* SOURCE INFORMATION
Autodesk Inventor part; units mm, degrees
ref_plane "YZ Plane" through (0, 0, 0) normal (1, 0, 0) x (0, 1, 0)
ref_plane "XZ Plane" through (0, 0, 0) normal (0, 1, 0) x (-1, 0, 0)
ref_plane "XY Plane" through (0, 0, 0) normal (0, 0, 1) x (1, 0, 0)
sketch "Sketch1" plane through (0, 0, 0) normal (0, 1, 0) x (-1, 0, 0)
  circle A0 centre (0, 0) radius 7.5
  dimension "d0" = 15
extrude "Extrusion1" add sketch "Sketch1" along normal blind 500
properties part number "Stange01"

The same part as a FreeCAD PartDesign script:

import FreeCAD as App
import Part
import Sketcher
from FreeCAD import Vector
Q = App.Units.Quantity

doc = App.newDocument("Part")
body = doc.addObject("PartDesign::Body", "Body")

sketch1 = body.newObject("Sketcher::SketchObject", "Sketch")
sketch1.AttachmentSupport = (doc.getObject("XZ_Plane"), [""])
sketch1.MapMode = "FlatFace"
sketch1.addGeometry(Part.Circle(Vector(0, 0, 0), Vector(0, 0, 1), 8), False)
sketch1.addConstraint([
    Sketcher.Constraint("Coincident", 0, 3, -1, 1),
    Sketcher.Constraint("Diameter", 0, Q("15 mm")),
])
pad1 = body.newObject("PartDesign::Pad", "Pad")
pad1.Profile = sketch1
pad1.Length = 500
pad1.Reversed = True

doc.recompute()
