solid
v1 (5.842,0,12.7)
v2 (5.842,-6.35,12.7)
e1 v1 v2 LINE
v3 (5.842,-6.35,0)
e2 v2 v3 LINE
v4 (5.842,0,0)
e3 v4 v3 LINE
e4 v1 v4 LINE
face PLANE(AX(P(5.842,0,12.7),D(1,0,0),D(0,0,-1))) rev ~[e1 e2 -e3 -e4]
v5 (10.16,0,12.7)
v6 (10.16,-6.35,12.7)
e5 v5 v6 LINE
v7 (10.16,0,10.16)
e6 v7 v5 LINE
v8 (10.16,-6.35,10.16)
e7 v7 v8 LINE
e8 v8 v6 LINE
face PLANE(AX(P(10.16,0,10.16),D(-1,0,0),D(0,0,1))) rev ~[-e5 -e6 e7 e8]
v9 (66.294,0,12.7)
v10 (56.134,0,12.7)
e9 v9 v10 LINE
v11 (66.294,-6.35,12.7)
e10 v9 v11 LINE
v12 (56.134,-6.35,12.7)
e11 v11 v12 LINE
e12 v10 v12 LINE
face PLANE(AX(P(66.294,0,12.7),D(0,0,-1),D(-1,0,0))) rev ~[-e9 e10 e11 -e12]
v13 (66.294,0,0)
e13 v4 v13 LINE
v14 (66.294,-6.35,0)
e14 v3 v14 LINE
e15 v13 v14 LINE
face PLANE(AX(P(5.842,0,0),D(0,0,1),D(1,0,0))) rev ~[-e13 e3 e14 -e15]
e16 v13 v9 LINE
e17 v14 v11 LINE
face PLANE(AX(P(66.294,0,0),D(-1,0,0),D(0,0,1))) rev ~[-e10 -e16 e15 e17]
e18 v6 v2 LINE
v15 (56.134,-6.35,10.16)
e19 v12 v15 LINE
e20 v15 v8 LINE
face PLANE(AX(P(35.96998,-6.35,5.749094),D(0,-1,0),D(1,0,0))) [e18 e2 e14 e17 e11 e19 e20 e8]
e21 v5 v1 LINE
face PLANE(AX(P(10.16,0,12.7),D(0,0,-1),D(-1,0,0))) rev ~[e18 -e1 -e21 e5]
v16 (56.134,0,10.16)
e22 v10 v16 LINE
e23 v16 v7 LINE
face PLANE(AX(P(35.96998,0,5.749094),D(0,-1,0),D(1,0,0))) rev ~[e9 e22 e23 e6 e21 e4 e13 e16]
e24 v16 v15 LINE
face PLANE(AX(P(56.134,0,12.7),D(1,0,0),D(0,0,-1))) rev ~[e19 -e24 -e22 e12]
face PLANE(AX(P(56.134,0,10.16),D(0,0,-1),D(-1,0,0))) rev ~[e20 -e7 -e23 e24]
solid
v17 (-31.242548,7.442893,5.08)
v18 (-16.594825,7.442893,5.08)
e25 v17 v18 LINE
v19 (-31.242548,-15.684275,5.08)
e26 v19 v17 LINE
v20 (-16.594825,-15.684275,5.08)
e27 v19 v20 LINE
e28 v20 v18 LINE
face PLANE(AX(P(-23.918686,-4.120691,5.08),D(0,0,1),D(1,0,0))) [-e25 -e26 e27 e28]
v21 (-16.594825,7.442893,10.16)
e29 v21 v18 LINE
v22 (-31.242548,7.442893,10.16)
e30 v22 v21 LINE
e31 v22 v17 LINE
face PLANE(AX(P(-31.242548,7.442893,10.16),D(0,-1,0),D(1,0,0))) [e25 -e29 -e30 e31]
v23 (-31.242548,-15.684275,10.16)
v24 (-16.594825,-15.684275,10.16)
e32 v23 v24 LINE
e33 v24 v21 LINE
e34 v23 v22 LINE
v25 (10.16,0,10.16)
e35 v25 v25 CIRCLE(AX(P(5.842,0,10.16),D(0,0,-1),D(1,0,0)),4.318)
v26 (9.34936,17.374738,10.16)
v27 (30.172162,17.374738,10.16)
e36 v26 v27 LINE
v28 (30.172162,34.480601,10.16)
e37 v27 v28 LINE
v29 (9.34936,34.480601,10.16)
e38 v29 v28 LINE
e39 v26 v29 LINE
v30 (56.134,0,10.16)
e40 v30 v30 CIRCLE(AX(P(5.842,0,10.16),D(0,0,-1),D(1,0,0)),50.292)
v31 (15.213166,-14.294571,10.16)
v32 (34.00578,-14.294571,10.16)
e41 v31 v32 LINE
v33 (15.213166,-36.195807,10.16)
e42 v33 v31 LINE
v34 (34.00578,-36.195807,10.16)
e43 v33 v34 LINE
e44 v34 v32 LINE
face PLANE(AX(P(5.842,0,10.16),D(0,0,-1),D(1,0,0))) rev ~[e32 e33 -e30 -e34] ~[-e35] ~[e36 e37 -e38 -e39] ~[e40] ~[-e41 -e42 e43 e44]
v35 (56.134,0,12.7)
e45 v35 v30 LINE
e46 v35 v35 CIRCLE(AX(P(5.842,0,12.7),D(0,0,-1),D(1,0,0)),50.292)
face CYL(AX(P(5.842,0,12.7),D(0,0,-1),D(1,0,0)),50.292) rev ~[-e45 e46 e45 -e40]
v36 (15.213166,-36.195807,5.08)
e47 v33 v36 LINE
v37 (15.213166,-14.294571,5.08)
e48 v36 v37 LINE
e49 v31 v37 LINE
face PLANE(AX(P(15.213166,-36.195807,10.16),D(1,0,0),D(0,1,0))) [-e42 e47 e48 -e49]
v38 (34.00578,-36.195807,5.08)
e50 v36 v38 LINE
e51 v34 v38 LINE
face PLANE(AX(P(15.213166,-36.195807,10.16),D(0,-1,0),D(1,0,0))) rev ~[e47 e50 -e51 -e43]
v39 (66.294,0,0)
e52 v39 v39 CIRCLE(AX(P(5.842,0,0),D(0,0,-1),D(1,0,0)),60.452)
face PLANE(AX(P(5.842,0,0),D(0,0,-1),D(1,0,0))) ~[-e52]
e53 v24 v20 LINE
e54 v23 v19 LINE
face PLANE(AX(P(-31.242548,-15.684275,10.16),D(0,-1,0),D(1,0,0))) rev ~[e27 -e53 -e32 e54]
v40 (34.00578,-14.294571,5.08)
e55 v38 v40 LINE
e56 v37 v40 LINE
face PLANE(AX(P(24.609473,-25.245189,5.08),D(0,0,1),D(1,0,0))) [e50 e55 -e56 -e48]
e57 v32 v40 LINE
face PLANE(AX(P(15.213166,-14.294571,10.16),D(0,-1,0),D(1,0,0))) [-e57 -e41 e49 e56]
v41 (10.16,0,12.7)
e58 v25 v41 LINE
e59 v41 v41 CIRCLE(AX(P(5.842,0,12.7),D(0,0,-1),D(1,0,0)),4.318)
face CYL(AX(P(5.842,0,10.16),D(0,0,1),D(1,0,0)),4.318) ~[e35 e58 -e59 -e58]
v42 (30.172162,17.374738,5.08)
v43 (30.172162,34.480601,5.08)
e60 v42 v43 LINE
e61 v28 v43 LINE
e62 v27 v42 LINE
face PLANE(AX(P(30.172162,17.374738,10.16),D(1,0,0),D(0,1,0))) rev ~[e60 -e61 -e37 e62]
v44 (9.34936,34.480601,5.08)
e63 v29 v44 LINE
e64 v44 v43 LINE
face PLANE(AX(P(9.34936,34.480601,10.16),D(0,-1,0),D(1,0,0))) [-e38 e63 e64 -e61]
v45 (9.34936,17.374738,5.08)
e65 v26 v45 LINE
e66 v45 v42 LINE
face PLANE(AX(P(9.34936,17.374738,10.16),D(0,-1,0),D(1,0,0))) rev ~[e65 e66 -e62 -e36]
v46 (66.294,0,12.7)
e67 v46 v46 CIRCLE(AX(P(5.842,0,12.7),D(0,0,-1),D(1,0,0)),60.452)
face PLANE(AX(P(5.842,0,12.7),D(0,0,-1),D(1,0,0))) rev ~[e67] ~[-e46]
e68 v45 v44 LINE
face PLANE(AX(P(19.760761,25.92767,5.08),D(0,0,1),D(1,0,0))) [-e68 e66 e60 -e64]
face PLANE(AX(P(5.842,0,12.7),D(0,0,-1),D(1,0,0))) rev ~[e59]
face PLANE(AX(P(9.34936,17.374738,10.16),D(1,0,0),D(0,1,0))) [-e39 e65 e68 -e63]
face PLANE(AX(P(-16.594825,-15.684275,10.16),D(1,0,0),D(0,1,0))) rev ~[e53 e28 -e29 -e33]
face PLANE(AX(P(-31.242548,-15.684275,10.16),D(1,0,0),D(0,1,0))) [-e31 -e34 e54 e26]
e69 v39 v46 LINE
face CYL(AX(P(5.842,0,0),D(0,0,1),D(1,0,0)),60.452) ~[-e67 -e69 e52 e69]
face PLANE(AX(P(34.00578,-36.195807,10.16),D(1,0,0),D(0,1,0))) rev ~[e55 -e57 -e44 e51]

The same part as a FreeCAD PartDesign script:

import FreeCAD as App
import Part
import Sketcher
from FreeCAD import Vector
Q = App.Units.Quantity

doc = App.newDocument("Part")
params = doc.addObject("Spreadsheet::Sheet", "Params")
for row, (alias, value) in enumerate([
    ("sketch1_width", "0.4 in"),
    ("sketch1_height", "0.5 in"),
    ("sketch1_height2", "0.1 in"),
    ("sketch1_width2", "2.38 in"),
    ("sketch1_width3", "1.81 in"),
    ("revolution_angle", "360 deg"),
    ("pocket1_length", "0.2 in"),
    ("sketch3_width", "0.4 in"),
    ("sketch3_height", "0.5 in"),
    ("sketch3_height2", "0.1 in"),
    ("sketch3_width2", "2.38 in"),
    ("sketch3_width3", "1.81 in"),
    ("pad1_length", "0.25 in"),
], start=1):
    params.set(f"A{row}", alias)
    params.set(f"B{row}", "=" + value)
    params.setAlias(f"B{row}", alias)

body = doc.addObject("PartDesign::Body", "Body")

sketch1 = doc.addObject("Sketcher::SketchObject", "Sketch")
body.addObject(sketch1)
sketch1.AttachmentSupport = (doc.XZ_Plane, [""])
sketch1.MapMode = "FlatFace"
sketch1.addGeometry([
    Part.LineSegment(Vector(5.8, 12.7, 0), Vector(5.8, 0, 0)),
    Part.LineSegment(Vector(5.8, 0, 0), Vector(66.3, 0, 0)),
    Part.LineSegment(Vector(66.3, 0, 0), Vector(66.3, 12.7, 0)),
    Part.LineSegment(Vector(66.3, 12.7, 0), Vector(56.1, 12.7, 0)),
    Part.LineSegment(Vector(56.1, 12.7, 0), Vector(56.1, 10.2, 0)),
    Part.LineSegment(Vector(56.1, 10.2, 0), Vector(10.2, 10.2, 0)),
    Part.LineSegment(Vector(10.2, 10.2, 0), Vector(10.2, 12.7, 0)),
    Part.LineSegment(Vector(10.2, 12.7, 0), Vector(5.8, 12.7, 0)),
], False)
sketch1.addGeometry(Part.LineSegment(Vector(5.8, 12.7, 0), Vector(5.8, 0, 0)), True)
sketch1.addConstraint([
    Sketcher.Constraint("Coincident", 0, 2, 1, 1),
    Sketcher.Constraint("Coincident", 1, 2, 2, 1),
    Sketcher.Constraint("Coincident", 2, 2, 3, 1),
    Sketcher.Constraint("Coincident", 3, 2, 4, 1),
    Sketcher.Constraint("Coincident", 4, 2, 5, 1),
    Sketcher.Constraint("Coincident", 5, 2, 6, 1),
...
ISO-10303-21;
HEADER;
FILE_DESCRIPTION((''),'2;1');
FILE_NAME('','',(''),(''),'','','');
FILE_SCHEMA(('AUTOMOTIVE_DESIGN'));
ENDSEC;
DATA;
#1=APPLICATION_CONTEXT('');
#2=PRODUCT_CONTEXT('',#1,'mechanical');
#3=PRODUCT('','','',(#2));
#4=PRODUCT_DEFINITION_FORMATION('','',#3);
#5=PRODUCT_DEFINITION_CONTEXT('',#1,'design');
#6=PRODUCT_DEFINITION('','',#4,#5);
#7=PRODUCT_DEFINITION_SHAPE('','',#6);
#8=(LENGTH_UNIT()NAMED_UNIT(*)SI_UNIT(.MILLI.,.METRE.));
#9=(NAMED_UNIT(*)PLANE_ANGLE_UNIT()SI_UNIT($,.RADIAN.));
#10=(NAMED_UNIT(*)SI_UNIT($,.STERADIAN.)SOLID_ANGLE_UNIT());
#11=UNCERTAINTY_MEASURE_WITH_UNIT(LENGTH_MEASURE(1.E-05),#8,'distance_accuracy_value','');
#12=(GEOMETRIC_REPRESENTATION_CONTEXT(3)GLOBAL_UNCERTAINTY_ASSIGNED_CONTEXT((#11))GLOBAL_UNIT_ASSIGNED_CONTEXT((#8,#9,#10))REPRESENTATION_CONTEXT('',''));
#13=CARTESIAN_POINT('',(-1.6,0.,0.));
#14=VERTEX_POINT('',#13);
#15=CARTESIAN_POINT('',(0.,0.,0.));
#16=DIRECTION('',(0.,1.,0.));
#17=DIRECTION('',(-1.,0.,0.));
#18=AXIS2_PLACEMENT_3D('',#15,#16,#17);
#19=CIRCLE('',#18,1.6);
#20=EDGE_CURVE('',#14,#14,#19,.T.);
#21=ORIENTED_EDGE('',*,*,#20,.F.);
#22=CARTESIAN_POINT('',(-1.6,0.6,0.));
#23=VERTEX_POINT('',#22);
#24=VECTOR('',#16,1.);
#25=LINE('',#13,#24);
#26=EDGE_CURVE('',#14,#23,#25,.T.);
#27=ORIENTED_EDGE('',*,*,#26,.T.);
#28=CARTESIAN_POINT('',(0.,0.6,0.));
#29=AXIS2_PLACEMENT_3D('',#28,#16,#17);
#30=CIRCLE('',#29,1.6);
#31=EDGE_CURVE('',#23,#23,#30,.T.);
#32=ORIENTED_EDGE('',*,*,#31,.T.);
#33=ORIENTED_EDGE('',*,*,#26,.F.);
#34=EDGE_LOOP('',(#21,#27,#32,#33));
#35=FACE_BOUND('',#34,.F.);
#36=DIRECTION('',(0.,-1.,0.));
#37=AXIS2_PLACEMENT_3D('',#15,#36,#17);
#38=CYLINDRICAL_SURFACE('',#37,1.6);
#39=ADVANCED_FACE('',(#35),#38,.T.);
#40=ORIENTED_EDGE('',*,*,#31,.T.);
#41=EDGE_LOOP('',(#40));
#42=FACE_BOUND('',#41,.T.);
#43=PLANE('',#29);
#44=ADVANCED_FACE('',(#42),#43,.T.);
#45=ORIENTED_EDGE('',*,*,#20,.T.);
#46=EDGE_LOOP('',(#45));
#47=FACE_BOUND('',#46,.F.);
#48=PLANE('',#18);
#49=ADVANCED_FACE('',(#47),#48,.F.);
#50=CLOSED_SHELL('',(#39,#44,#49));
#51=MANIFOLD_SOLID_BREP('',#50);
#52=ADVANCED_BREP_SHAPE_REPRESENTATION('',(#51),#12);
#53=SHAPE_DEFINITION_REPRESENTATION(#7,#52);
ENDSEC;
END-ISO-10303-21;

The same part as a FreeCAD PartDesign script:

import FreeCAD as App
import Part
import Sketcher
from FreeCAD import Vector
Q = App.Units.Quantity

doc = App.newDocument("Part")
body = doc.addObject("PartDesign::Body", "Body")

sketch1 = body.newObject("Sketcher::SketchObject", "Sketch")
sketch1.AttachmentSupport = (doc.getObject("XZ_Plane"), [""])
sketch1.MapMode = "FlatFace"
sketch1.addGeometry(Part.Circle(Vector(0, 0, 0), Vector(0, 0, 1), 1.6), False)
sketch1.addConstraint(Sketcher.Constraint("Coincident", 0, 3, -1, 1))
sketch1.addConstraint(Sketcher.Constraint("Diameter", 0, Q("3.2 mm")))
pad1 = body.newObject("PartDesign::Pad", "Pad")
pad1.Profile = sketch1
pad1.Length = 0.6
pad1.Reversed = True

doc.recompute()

* WHAT THE TASK ASKS
Would you quote everything above from the line containing "Autodesk Inventor part; units mm, degrees" down to the line containing "v8 (10.16,-6.35,10.16)"? Include both of those lines and nothing else.

* RESPONSE AREA
Autodesk Inventor part; units mm, degrees
ref_plane "YZ Plane" through (0, 0, 0) normal (1, 0, 0) x (0, 1, 0)
ref_plane "XZ Plane" through (0, 0, 0) normal (0, 1, 0) x (-1, 0, 0)
ref_plane "XY Plane" through (0, 0, 0) normal (0, 0, 1) x (1, 0, 0)
sketch "Sketch1" plane through (0, 0, 0) normal (0, 1, 0) x (-1, 0, 0)
  circle A0 centre (0, 0) radius 7.5
  dimension "d0" = 15
extrude "Extrusion1" add sketch "Sketch1" along normal blind 500
properties part number "Stange01"

The same part as a FreeCAD PartDesign script:

import FreeCAD as App
import Part
import Sketcher
from FreeCAD import Vector
Q = App.Units.Quantity

doc = App.newDocument("Part")
body = doc.addObject("PartDesign::Body", "Body")

sketch1 = body.newObject("Sketcher::SketchObject", "Sketch")
sketch1.AttachmentSupport = (doc.getObject("XZ_Plane"), [""])
sketch1.MapMode = "FlatFace"
sketch1.addGeometry(Part.Circle(Vector(0, 0, 0), Vector(0, 0, 1), 8), False)
sketch1.addConstraint([
    Sketcher.Constraint("Coincident", 0, 3, -1, 1),
    Sketcher.Constraint("Diameter", 0, Q("15 mm")),
])
pad1 = body.newObject("PartDesign::Pad", "Pad")
pad1.Profile = sketch1
pad1.Length = 500
pad1.Reversed = True

doc.recompute()
solid
v1 (5.842,0,12.7)
v2 (5.842,-6.35,12.7)
e1 v1 v2 LINE
v3 (5.842,-6.35,0)
e2 v2 v3 LINE
v4 (5.842,0,0)
e3 v4 v3 LINE
e4 v1 v4 LINE
face PLANE(AX(P(5.842,0,12.7),D(1,0,0),D(0,0,-1))) rev ~[e1 e2 -e3 -e4]
v5 (10.16,0,12.7)
v6 (10.16,-6.35,12.7)
e5 v5 v6 LINE
v7 (10.16,0,10.16)
e6 v7 v5 LINE
v8 (10.16,-6.35,10.16)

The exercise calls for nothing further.